Great, but point estimates is not why we're here. We're here to calculate the full posterior, not just some fixed values.

Posterior parameters

Remember:

$$ \underbrace{p(\mathbf{w}|\mathbf{x}, \mathbf{y})}_{posterior} \propto \underbrace{p(\mathbf{y}|\mathbf{x},\mathbf{w})}_{likelihood}\, \underbrace{p(\mathbf{w}}_{prior})$$

We have the likelihood, so let's also set a prior (which is identical to setting a regularization term). To keep the calculation of the posterior tractable, we'll look for a conjugate prior, so in our case we can just use another Gaussian distribution for the prior $p(\mathbf{w}) \sim \mathcal{N}(\mathbf{m}, \mathbf{S})$. Note that after setting the prior you could calculate the maximum a posteriori (MAP) estimation (Ridge regression), but then again -- that will only lead to one point estimate, rather than finding entire distribution of parameters.

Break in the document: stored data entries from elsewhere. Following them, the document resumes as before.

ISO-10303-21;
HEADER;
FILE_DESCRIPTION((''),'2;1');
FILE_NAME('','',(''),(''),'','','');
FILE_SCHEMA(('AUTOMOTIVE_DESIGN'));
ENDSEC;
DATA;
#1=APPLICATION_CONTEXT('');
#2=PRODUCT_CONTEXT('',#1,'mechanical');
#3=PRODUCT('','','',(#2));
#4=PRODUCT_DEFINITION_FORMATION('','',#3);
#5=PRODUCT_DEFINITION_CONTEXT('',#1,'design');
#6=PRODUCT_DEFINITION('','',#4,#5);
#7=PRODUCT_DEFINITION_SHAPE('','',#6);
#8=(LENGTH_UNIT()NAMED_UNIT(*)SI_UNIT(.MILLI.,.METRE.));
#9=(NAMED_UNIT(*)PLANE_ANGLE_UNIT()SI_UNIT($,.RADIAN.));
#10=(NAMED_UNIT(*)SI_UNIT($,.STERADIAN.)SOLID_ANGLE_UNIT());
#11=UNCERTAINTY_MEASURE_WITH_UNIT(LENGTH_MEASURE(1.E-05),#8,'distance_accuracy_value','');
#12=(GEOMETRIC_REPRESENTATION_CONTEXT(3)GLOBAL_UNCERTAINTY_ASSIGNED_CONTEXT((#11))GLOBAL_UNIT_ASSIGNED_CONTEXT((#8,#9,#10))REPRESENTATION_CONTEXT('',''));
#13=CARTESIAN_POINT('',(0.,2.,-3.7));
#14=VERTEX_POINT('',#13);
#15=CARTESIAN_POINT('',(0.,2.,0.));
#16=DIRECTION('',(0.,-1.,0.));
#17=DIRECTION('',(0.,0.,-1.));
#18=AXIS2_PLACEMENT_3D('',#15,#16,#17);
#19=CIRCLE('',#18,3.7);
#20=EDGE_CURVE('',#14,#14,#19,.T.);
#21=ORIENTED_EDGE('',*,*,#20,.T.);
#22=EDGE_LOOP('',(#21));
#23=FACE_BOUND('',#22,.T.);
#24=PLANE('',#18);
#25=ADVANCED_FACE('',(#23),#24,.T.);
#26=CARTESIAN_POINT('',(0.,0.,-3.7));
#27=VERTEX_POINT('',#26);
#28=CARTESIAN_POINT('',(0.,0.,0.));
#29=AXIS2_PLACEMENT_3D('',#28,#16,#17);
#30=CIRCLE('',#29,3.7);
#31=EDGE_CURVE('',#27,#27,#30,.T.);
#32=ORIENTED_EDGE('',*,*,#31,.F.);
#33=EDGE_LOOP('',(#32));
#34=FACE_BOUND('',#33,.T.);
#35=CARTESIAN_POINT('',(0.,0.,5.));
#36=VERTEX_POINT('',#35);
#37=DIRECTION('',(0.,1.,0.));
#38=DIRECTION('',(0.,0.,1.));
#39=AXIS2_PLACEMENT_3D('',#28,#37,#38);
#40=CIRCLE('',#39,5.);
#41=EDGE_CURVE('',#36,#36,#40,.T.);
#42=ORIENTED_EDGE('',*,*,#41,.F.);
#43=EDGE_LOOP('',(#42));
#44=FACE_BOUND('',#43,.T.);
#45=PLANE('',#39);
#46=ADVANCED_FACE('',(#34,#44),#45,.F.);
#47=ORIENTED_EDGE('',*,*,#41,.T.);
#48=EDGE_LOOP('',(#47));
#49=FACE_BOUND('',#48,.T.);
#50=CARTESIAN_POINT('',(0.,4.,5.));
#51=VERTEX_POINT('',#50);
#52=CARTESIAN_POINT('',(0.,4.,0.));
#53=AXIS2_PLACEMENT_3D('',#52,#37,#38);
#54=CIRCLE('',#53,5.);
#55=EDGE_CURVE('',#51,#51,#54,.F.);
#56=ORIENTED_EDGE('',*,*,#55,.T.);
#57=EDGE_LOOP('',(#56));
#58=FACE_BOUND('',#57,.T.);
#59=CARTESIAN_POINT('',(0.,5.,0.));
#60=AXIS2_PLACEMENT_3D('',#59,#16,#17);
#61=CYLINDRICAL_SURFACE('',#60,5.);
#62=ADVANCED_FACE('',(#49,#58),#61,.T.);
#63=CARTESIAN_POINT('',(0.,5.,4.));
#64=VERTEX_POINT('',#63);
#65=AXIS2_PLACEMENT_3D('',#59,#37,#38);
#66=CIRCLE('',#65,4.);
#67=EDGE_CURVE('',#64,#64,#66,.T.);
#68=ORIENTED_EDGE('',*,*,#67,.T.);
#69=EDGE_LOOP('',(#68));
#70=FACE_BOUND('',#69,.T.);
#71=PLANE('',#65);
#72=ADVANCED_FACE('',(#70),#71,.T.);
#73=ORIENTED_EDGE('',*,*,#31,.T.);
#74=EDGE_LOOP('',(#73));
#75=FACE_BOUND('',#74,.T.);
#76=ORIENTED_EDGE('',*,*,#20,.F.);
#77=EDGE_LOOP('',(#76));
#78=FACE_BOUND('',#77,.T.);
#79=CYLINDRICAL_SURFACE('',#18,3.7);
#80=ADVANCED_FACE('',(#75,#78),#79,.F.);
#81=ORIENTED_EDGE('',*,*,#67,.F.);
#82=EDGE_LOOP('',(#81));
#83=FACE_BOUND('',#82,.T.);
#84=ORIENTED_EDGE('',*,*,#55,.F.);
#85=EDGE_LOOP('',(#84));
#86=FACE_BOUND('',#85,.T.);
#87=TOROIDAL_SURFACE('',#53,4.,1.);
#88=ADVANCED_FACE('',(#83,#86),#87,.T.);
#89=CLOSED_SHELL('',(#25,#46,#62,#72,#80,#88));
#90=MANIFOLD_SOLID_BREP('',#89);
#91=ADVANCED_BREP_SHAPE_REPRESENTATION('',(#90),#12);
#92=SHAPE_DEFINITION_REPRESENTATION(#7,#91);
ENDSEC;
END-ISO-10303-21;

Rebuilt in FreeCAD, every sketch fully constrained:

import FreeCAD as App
import Part
import Sketcher
from FreeCAD import Vector


def edges_at(feature, points):
    """Names of the edges that pass closest to the given points."""
    edges = feature.Shape.Edges
    near = lambda p: min(range(len(edges)), key=lambda i: edges[i].distToShape(Part.Vertex(*p))[0])
    return sorted({f"Edge{near(p) + 1}" for p in points})

doc = App.newDocument("Part")
body = doc.addObject("PartDesign::Body", "Body")

# Sketch on XZ plane
sketch1 = body.newObject("Sketcher::SketchObject", "Sketch")
sketch1.AttachmentSupport = (doc.getObject("XZ_Plane"), [""])
sketch1.MapMode = "FlatFace"
sketch1.addGeometry(Part.Circle(Vector(0, 0, 0), Vector(0, 0, 1), 5), False)
sketch1.addConstraint([
    Sketcher.Constraint("Coincident", 0, 3, -1, 1),
    Sketcher.Constraint("Diameter", 0, 10.0),
])
pad1 = body.newObject("PartDesign::Pad", "Pad")
pad1.Profile = sketch1
pad1.Length = 5
pad1.Reversed = True
doc.recompute()

fillet = body.newObject("PartDesign::Fillet", "Fillet")
fillet.Base = (pad1, edges_at(pad1, [(-5, 5, 0)]))
fillet.Radius = 1

# Sketch on XZ plane
sketch2 = body.newObject("Sketcher::SketchObject", "Sketch001")
sketch2.AttachmentSupport = (doc.getObject("XZ_Plane"), [""])
sketch2.MapMode = "FlatFace"
sketch2.addGeometry(Part.Circle(Vector(0, 0, 0), Vector(0, 0, 1), 3.7), False)
sketch2.addConstraint([
    Sketcher.Constraint("Coincident", 0, 3, -1, 1),
    Sketcher.Constraint("Diameter", 0, 7.4),
])
pocket1 = body.newObject("PartDesign::Pocket", "Pocket")
pocket1.Profile = sketch2
pocket1.Length = 2

doc.recompute()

So for now, we want to compute the product between 2 Gaussian distributions: the likelihood and the prior.

$$\mathcal{N}(\mathbf{y}|\mathbf{g}(\mathbf{x})\mathbf{w},\sigma^2\mathbf{I})\mathcal{N}(\mathbf{w}|\mathbf{m},\mathbf{S}))$$

where $\mathbf{I}$ is the identitiy matrix, and I made $\mathbf{w}^T\mathbf{g}(x)$ into $\mathbf{g(x)}\mathbf{w}$ (note that $\mathbf{x}$ is now a vector because I'm considering the entire dataset, rather than one data point.) To make the notation simpler, I will replace $\mathbf{g(x)}$ with the matrix $\mathbf{\Phi}$, so we have:

$$\mathcal{N}(\mathbf{y}|\mathbf{\Phi}\mathbf{w},\sigma^2\mathbf{I})\mathcal{N}(\mathbf{w}|\mathbf{m},\mathbf{S}))$$

Now, you can multiply Gaussian distributions if they have the "right form" i.e.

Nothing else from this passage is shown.